_Requirement_
Word for word, transcribe the data below from the line with "#13=CARTESIAN_POINT('',(3.,0.,50.));" to the line with "#26=ORIENTED_EDGE('',*,*,#20,.F.);", keeping both of those lines.

(Supplied records Opens)

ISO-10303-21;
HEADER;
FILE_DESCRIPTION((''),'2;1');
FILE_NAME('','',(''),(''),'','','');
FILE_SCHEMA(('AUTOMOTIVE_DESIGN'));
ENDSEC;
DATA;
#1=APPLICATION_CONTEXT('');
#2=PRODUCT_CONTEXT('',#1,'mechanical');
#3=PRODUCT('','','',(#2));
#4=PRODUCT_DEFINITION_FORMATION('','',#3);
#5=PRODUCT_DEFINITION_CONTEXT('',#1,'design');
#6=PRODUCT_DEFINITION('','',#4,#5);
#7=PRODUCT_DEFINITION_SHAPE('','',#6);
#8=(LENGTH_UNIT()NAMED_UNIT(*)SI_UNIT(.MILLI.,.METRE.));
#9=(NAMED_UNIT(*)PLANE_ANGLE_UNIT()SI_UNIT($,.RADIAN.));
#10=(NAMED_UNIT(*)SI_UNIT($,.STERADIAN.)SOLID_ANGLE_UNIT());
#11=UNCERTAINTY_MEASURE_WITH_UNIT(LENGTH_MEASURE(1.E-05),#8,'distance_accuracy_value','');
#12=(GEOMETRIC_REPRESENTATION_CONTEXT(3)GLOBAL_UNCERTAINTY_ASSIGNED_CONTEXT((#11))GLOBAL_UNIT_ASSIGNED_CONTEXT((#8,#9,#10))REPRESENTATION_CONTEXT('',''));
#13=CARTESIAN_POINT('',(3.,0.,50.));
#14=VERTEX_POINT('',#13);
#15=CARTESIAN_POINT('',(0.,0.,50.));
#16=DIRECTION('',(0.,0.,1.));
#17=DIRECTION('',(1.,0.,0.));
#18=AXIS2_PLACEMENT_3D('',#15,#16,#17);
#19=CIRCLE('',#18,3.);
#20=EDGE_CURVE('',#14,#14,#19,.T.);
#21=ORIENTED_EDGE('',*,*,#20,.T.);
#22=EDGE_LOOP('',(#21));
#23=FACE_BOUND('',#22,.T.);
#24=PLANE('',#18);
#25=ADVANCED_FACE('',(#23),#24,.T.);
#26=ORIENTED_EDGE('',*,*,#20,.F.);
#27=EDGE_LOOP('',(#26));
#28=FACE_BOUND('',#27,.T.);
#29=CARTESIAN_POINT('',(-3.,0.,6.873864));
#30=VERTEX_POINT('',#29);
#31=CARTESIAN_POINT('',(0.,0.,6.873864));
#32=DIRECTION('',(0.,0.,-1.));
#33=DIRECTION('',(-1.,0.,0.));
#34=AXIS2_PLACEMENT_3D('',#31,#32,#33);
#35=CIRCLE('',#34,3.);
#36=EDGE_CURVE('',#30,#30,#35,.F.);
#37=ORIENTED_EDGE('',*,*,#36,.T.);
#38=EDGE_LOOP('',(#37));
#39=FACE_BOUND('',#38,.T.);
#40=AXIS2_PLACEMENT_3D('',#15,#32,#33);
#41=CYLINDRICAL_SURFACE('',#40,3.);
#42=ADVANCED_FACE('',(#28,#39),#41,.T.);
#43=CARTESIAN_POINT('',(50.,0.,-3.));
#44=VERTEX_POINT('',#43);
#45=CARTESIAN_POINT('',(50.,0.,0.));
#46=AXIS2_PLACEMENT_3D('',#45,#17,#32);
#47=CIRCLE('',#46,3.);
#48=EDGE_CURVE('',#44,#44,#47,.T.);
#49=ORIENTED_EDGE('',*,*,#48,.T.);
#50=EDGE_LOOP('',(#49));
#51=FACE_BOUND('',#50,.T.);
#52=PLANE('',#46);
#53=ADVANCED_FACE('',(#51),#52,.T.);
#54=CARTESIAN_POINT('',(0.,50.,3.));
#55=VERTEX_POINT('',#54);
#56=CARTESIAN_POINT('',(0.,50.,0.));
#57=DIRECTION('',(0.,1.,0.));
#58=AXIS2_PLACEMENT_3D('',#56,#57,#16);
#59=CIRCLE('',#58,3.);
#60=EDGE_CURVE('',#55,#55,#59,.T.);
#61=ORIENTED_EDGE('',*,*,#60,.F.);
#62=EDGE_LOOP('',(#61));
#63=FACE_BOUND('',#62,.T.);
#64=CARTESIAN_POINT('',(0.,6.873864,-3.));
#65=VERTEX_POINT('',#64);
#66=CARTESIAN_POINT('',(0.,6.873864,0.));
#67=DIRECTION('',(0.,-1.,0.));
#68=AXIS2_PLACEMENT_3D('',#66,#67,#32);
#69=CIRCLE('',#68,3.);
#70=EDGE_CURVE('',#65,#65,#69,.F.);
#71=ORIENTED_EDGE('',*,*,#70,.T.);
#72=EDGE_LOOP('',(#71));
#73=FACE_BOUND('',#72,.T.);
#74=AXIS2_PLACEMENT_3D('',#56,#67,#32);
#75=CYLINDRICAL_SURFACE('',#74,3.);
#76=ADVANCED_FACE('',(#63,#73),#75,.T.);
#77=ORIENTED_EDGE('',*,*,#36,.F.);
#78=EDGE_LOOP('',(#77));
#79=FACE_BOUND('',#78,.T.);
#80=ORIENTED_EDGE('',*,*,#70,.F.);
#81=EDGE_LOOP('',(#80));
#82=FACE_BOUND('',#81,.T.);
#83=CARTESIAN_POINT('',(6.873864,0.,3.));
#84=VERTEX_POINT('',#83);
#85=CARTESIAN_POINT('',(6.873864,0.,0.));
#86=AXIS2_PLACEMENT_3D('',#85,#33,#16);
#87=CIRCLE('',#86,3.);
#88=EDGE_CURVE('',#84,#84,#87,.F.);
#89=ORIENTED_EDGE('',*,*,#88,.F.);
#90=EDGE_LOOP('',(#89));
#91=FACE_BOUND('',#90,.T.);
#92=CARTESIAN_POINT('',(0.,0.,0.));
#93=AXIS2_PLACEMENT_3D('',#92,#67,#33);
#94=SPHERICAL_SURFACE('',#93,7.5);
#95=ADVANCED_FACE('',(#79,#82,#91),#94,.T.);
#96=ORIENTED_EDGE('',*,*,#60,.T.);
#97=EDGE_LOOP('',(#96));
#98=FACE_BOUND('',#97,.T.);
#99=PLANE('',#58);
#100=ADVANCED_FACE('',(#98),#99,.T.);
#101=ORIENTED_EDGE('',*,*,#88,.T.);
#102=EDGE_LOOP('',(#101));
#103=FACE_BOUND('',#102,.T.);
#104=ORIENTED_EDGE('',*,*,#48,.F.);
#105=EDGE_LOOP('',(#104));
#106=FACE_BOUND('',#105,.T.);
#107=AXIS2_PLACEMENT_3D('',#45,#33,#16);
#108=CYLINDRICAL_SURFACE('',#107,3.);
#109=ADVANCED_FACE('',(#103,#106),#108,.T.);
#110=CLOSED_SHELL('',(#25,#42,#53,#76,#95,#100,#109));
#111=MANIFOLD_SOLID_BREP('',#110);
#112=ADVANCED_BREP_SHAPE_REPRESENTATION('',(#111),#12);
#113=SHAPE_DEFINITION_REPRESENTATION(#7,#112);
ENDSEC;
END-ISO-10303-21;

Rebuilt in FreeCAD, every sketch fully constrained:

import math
import FreeCAD as App
import Part
import Sketcher
from FreeCAD import Vector

doc = App.newDocument("Part")
params = doc.addObject("Spreadsheet::Sheet", "Params")
for row, (alias, value) in enumerate([
    ("sketch1_radius", "7.5 mm"),
    ("revolution_angle", "360 deg"),
    ("sketch2_diameter", "6 mm"),
    ("pad1_length", "50 mm"),
    ("sketch3_diameter", "6 mm"),
    ("pad2_length", "50 mm"),
    ("sketch4_diameter", "6 mm"),
    ("pad3_length", "50 mm"),
], start=1):
    params.set(f"A{row}", alias)
    params.set(f"B{row}", "=" + value)
    params.setAlias(f"B{row}", alias)

body = doc.addObject("PartDesign::Body", "Body")

# Sketch on XY plane
sketch1 = body.newObject("Sketcher::SketchObject", "Sketch")
sketch1.AttachmentSupport = (doc.getObject("XY_Plane"), [""])
sketch1.MapMode = "FlatFace"
sketch1.addGeometry(Part.LineSegment(Vector(0, -8, 0), Vector(0, 8, 0)), False)
sketch1.addGeometry(Part.ArcOfCircle(Part.Circle(Vector(0, 0, 0), Vector(0, 0, 1), 8), math.radians(90), math.radians(270)), False)
sketch1.addConstraint(Sketcher.Constraint("Coincident", 0, 1, 1, 2))
sketch1.addConstraint(Sketcher.Constraint("Coincident", 1, 1, 0, 2))
sketch1.addConstraint(Sketcher.Constraint("Vertical", 0))
sketch1.addConstraint(Sketcher.Constraint("Coincident", 1, 3, -1, 1))
sketch1.addConstraint(Sketcher.Constraint("PointOnObject", 0, 1, -2))
sketch1.addConstraint(Sketcher.Constraint("Radius", 1, 7.5))
sketch1.setExpression("Constraints[5]", "Params.sketch1_radius")
revolution = body.newObject("PartDesign::Revolution", "Revolution")
revolution.Profile = sketch1
revolution.ReferenceAxis = (sketch1, ["V_Axis"])
revolution.setExpression("Angle", "Params.revolution_angle")

# Sketch on XZ plane
sketch2 = body.newObject("Sketcher::SketchObject", "Sketch001")
sketch2.AttachmentSupport = (doc.getObject("XZ_Plane"), [""])
sketch2.MapMode = "FlatFace"
sketch2.addGeometry(Part.Circle(Vector(0, 0, 0), Vector(0, 0, 1), 3), False)
sketch2.addConstraint(Sketcher.Constraint("Coincident", 0, 3, -1, 1))
sketch2.addConstraint(Sketcher.Constraint("Diameter", 0, 6.0))
sketch2.setExpression("Constraints[1]", "Params.sketch2_diameter")
pad1 = body.newObject("PartDesign::Pad", "Pad")
pad1.Profile = sketch2
pad1.setExpression("Length", "Params.pad1_length")
pad1.Reversed = True

# Sketch on XY plane
sketch3 = body.newObject("Sketcher::SketchObject", "Sketch002")
sketch3.AttachmentSupport = (doc.getObject("XY_Plane"), [""])
sketch3.MapMode = "FlatFace"
sketch3.addGeometry(Part.Circle(Vector(0, 0, 0), Vector(0, 0, 1), 3), False)
sketch3.addConstraint(Sketcher.Constraint("Coincident", 0, 3, -1, 1))
sketch3.addConstraint(Sketcher.Constraint("Diameter", 0, 6.0))
sketch3.setExpression("Constraints[1]", "Params.sketch3_diameter")
pad2 = body.newObject("PartDesign::Pad", "Pad001")
pad2.Profile = sketch3
pad2.setExpression("Length", "Params.pad2_length")

# Sketch on YZ plane
sketch4 = body.newObject("Sketcher::SketchObject", "Sketch003")
sketch4.AttachmentSupport = (doc.getObject("YZ_Plane"), [""])
sketch4.MapMode = "FlatFace"
sketch4.addGeometry(Part.Circle(Vector(0, 0, 0), Vector(0, 0, 1), 3), False)
sketch4.addConstraint(Sketcher.Constraint("Coincident", 0, 3, -1, 1))
sketch4.addConstraint(Sketcher.Constraint("Diameter", 0, 6.0))
sketch4.setExpression("Constraints[1]", "Params.sketch4_diameter")
pad3 = body.newObject("PartDesign::Pad", "Pad002")
pad3.Profile = sketch4
pad3.setExpression("Length", "Params.pad3_length")

doc.recompute()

(Supplied records Closes)

_Response area_
#13=CARTESIAN_POINT('',(3.,0.,50.));
#14=VERTEX_POINT('',#13);
#15=CARTESIAN_POINT('',(0.,0.,50.));
#16=DIRECTION('',(0.,0.,1.));
#17=DIRECTION('',(1.,0.,0.));
#18=AXIS2_PLACEMENT_3D('',#15,#16,#17);
#19=CIRCLE('',#18,3.);
#20=EDGE_CURVE('',#14,#14,#19,.T.);
#21=ORIENTED_EDGE('',*,*,#20,.T.);
#22=EDGE_LOOP('',(#21));
#23=FACE_BOUND('',#22,.T.);
#24=PLANE('',#18);
#25=ADVANCED_FACE('',(#23),#24,.T.);
#26=ORIENTED_EDGE('',*,*,#20,.F.);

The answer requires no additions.